The appellant had argued that the standard of review was correctness, on the basis that the correct interpretation and application of s. 79(2) is a constitutional question that requires the courts to provide uniform and definitive answers. Stratas JA held that it was not necessary to resolve the debate about standard of review in this case, as the court’s analysis demonstrated that it was possible “to characterize the problem as the Board adopting and applying an unacceptable and indefensible (i.e., unreasonable) interpretation of the Patent Act” (at para. 16), such that the same result would be reached under either standard (at para. 17).

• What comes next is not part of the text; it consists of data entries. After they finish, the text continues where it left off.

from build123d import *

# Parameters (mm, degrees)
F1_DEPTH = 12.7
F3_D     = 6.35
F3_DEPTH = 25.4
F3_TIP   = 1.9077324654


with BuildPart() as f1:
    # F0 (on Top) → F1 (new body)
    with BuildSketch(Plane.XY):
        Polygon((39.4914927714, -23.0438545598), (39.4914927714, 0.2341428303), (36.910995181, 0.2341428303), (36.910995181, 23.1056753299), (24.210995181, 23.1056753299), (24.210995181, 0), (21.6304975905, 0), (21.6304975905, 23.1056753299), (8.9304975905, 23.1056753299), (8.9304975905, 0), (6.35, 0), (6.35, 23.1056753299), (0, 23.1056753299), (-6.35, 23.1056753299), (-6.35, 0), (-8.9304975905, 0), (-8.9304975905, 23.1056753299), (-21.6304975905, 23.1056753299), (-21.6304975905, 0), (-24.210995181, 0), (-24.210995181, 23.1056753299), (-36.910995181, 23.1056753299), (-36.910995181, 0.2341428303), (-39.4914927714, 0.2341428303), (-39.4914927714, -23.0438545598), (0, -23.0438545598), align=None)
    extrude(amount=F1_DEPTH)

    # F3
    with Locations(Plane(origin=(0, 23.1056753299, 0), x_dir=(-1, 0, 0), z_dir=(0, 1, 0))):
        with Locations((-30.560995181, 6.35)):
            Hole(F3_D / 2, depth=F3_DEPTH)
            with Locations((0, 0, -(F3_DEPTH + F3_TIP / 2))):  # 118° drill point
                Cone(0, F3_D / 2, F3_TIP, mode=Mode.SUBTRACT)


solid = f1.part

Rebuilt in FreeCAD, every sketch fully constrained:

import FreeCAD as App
import Part
import Sketcher
Q = App.Units.Quantity

doc = App.newDocument("Part")
body = doc.addObject("PartDesign::Body", "Body")

# Sketch on XY plane
sketch1 = body.newObject("Sketcher::SketchObject", "Sketch")
sketch1.AttachmentSupport = (doc.getObject("XY_Plane"), [""])
sketch1.MapMode = "FlatFace"
sketch1.addGeometry(Part.LineSegment(App.Vector(39.491493, -23.043855, 0), App.Vector(39.491493, 0.234143, 0)), False)
sketch1.addGeometry(Part.LineSegment(App.Vector(39.491493, 0.234143, 0), App.Vector(36.910995, 0.234143, 0)), False)
sketch1.addGeometry(Part.LineSegment(App.Vector(36.910995, 0.234143, 0), App.Vector(36.910995, 23.105675, 0)), False)
sketch1.addGeometry(Part.LineSegment(App.Vector(36.910995, 23.105675, 0), App.Vector(24.210995, 23.105675, 0)), False)
sketch1.addGeometry(Part.LineSegment(App.Vector(24.210995, 23.105675, 0), App.Vector(24.210995, 0, 0)), False)
sketch1.addGeometry(Part.LineSegment(App.Vector(24.210995, 0, 0), App.Vector(21.630498, 0, 0)), False)
sketch1.addGeometry(Part.LineSegment(App.Vector(21.630498, 0, 0), App.Vector(21.630498, 23.105675, 0)), False)
sketch1.addGeometry(Part.LineSegment(App.Vector(21.630498, 23.105675, 0), App.Vector(8.930498, 23.105675, 0)), False)
sketch1.addGeometry(Part.LineSegment(App.Vector(8.930498, 23.105675, 0), App.Vector(8.930498, 0, 0)), False)
sketch1.addGeometry(Part.LineSegment(App.Vector(8.930498, 0, 0), App.Vector(6.35, 0, 0)), False)
sketch1.addGeometry(Part.LineSegment(App.Vector(6.35, 0, 0), App.Vector(6.35, 23.105675, 0)), False)
sketch1.addGeometry(Part.LineSegment(App.Vector(6.35, 23.105675, 0), App.Vector(-6.35, 23.105675, 0)), False)
sketch1.addGeometry(Part.LineSegment(App.Vector(-6.35, 23.105675, 0), App.Vector(-6.35, 0, 0)), False)
sketch1.addGeometry(Part.LineSegment(App.Vector(-6.35, 0, 0), App.Vector(-8.930498, 0, 0)), False)
sketch1.addGeometry(Part.LineSegment(App.Vector(-8.930498, 0, 0), App.Vector(-8.930498, 23.105675, 0)), False)
sketch1.addGeometry(Part.LineSegment(App.Vector(-8.930498, 23.105675, 0), App.Vector(-21.630498, 23.105675, 0)), False)
sketch1.addGeometry(Part.LineSegment(App.Vector(-21.630498, 23.105675, 0), App.Vector(-21.630498, 0, 0)), False)
sketch1.addGeometry(Part.LineSegment(App.Vector(-21.630498, 0, 0), App.Vector(-24.210995, 0, 0)), False)
sketch1.addGeometry(Part.LineSegment(App.Vector(-24.210995, 0, 0), App.Vector(-24.210995, 23.105675, 0)), False)
sketch1.addGeometry(Part.LineSegment(App.Vector(-24.210995, 23.105675, 0), App.Vector(-36.910995, 23.105675, 0)), False)
sketch1.addGeometry(Part.LineSegment(App.Vector(-36.910995, 23.105675, 0), App.Vector(-36.910995, 0.234143, 0)), False)
sketch1.addGeometry(Part.LineSegment(App.Vector(-36.910995, 0.234143, 0), App.Vector(-39.491493, 0.234143, 0)), False)
sketch1.addGeometry(Part.LineSegment(App.Vector(-39.491493, 0.234143, 0), App.Vector(-39.491493, -23.043855, 0)), False)
sketch1.addGeometry(Part.LineSegment(App.Vector(-39.491493, -23.043855, 0), App.Vector(39.491493, -23.043855, 0)), False)
sketch1.addConstraint(Sketcher.Constraint("Coincident", 0, 2, 1, 1))
sketch1.addConstraint(Sketcher.Constraint("Coincident", 1, 2, 2, 1))
sketch1.addConstraint(Sketcher.Constraint("Coincident", 2, 2, 3, 1))
sketch1.addConstraint(Sketcher.Constraint("Coincident", 3, 2, 4, 1))
sketch1.addConstraint(Sketcher.Constraint("Coincident", 4, 2, 5, 1))
sketch1.addConstraint(Sketcher.Constraint("Coincident", 5, 2, 6, 1))
sketch1.addConstraint(Sketcher.Constraint("Coincident", 6, 2, 7, 1))
sketch1.addConstraint(Sketcher.Constraint("Coincident", 7, 2, 8, 1))
sketch1.addConstraint(Sketcher.Constraint("Coincident", 8, 2, 9, 1))
sketch1.addConstraint(Sketcher.Constraint("Coincident", 9, 2, 10, 1))
sketch1.addConstraint(Sketcher.Constraint("Coincident", 10, 2, 11, 1))
sketch1.addConstraint(Sketcher.Constraint("Coincident", 11, 2, 12, 1))
sketch1.addConstraint(Sketcher.Constraint("Coincident", 12, 2, 13, 1))
sketch1.addConstraint(Sketcher.Constraint("Coincident", 13, 2, 14, 1))
sketch1.addConstraint(Sketcher.Constraint("Coincident", 14, 2, 15, 1))
sketch1.addConstraint(Sketcher.Constraint("Coincident", 15, 2, 16, 1))
sketch1.addConstraint(Sketcher.Constraint("Coincident", 16, 2, 17, 1))
sketch1.addConstraint(Sketcher.Constraint("Coincident", 17, 2, 18, 1))
sketch1.addConstraint(Sketcher.Constraint("Coincident", 18, 2, 19, 1))
sketch1.addConstraint(Sketcher.Constraint("Coincident", 19, 2, 20, 1))
sketch1.addConstraint(Sketcher.Constraint("Coincident", 20, 2, 21, 1))
sketch1.addConstraint(Sketcher.Constraint("Coincident", 21, 2, 22, 1))
sketch1.addConstraint(Sketcher.Constraint("Coincident", 22, 2, 23, 1))
sketch1.addConstraint(Sketcher.Constraint("Coincident", 23, 2, 0, 1))
sketch1.addConstraint(Sketcher.Constraint("Vertical", 0))
sketch1.addConstraint(Sketcher.Constraint("Horizontal", 1))
sketch1.addConstraint(Sketcher.Constraint("Vertical", 2))
sketch1.addConstraint(Sketcher.Constraint("Horizontal", 3))
sketch1.addConstraint(Sketcher.Constraint("Vertical", 4))
sketch1.addConstraint(Sketcher.Constraint("Horizontal", 5))
sketch1.addConstraint(Sketcher.Constraint("Vertical", 6))
sketch1.addConstraint(Sketcher.Constraint("Horizontal", 7))
sketch1.addConstraint(Sketcher.Constraint("Vertical", 8))
sketch1.addConstraint(Sketcher.Constraint("Horizontal", 9))
sketch1.addConstraint(Sketcher.Constraint("Vertical", 10))
sketch1.addConstraint(Sketcher.Constraint("Horizontal", 11))
sketch1.addConstraint(Sketcher.Constraint("Vertical", 12))
sketch1.addConstraint(Sketcher.Constraint("Horizontal", 13))
sketch1.addConstraint(Sketcher.Constraint("Vertical", 14))
sketch1.addConstraint(Sketcher.Constraint("Horizontal", 15))
sketch1.addConstraint(Sketcher.Constraint("Vertical", 16))
sketch1.addConstraint(Sketcher.Constraint("Horizontal", 17))
sketch1.addConstraint(Sketcher.Constraint("Vertical", 18))
sketch1.addConstraint(Sketcher.Constraint("Horizontal", 19))
sketch1.addConstraint(Sketcher.Constraint("Vertical", 20))
sketch1.addConstraint(Sketcher.Constraint("Horizontal", 21))
sketch1.addConstraint(Sketcher.Constraint("Vertical", 22))
sketch1.addConstraint(Sketcher.Constraint("Horizontal", 23))
sketch1.addConstraint(Sketcher.Constraint("Symmetric", 9, 2, 12, 2, -1, 1))
sketch1.addConstraint(Sketcher.Constraint("Symmetric", 5, 2, 16, 2, -1, 1))
sketch1.addConstraint(Sketcher.Constraint("Symmetric", 8, 2, 13, 2, -2))
sketch1.addConstraint(Sketcher.Constraint("Symmetric", 4, 2, 17, 2, -2))
sketch1.addConstraint(Sketcher.Constraint("Symmetric", 2, 2, 19, 2, -2))
sketch1.addConstraint(Sketcher.Constraint("Symmetric", 0, 2, 21, 2, -2))
sketch1.addConstraint(Sketcher.Constraint("Horizontal", 3, 2, 6, 2))
sketch1.addConstraint(Sketcher.Constraint("Horizontal", 7, 2, 10, 2))
sketch1.addConstraint(Sketcher.Constraint("Horizontal", 11, 2, 14, 2))
sketch1.addConstraint(Sketcher.Constraint("Equal", 1, 5))
sketch1.addConstraint(Sketcher.Constraint("Equal", 3, 7))
sketch1.addConstraint(Sketcher.Constraint("Equal", 5, 9))
sketch1.addConstraint(Sketcher.Constraint("Equal", 7, 11))
sketch1.addConstraint(Sketcher.Constraint("DistanceX", 3, 2, 3, 1, Q("0.5 in")))
sketch1.addConstraint(Sketcher.Constraint("DistanceX", 1, 2, 1, 1, Q("2.580498 mm")))
sketch1.addConstraint(Sketcher.Constraint("DistanceY", 0, 1, 0, 2, Q("23.277997 mm")))
sketch1.addConstraint(Sketcher.Constraint("DistanceY", 2, 1, 2, 2, Q("22.871533 mm")))
sketch1.addConstraint(Sketcher.Constraint("DistanceY", 4, 2, 4, 1, Q("23.105675 mm")))
pad1 = body.newObject("PartDesign::Pad", "Pad")
pad1.Profile = sketch1
pad1.Length = Q("0.5 in")

# Sketch on XZ plane
sketch2 = body.newObject("Sketcher::SketchObject", "Sketch001")
sketch2.AttachmentSupport = (doc.getObject("XZ_Plane"), [""])
sketch2.MapMode = "FlatFace"
sketch2.AttachmentOffset = App.Placement(App.Vector(0, 0, -23.105675), App.Rotation())
sketch2.addGeometry(Part.Circle(App.Vector(30.560995, 6.35, 0), App.Vector(0, 0, 1), 3.175), False)
sketch2.addConstraint(Sketcher.Constraint("Diameter", 0, Q("0.25 in")))
sketch2.addConstraint(Sketcher.Constraint("DistanceY", -1, 1, 0, 3, Q("0.25 in")))
sketch2.addConstraint(Sketcher.Constraint("DistanceX", -1, 1, 0, 3, Q("30.560995 mm")))
doc.recompute()
hole = body.newObject("PartDesign::Hole", "Hole")
hole.Profile = sketch2
hole.ThreadType = "None"
hole.Diameter = Q("0.25 in")
hole.DepthType = "Dimension"
hole.Depth = Q("1 in")
hole.DrillPoint = "Angled"
hole.DrillPointAngle = 118
hole.Reversed = True

doc.recompute()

With characteristically colourful prose, Stratas JA concluded with an admonition to the Board:

The Board has an important mandate. Given the importance of that mandate, the Board is dedicated and enthusiastic about pursuing it. That’s worthy of praise. But the Board must temper its dedication and enthusiasm with a firm and unwavering obedience to legality and the rule of law. Like all administrative decision-makers, the Board must stay within the constraints imposed by the Constitution, its governing statute (the Patent Act, interpreted reasonably in the administrative law sense), and the jurisprudence under each (at para. 19).

This is a very useful, well-written decision that touches concisely and incisively on some key basics of administrative and constitutional law about the limits on the authority (or, dare I say it, “jurisdiction”) of administrative decision-makers.

This content has been updated on December 5, 2024 at 12:38.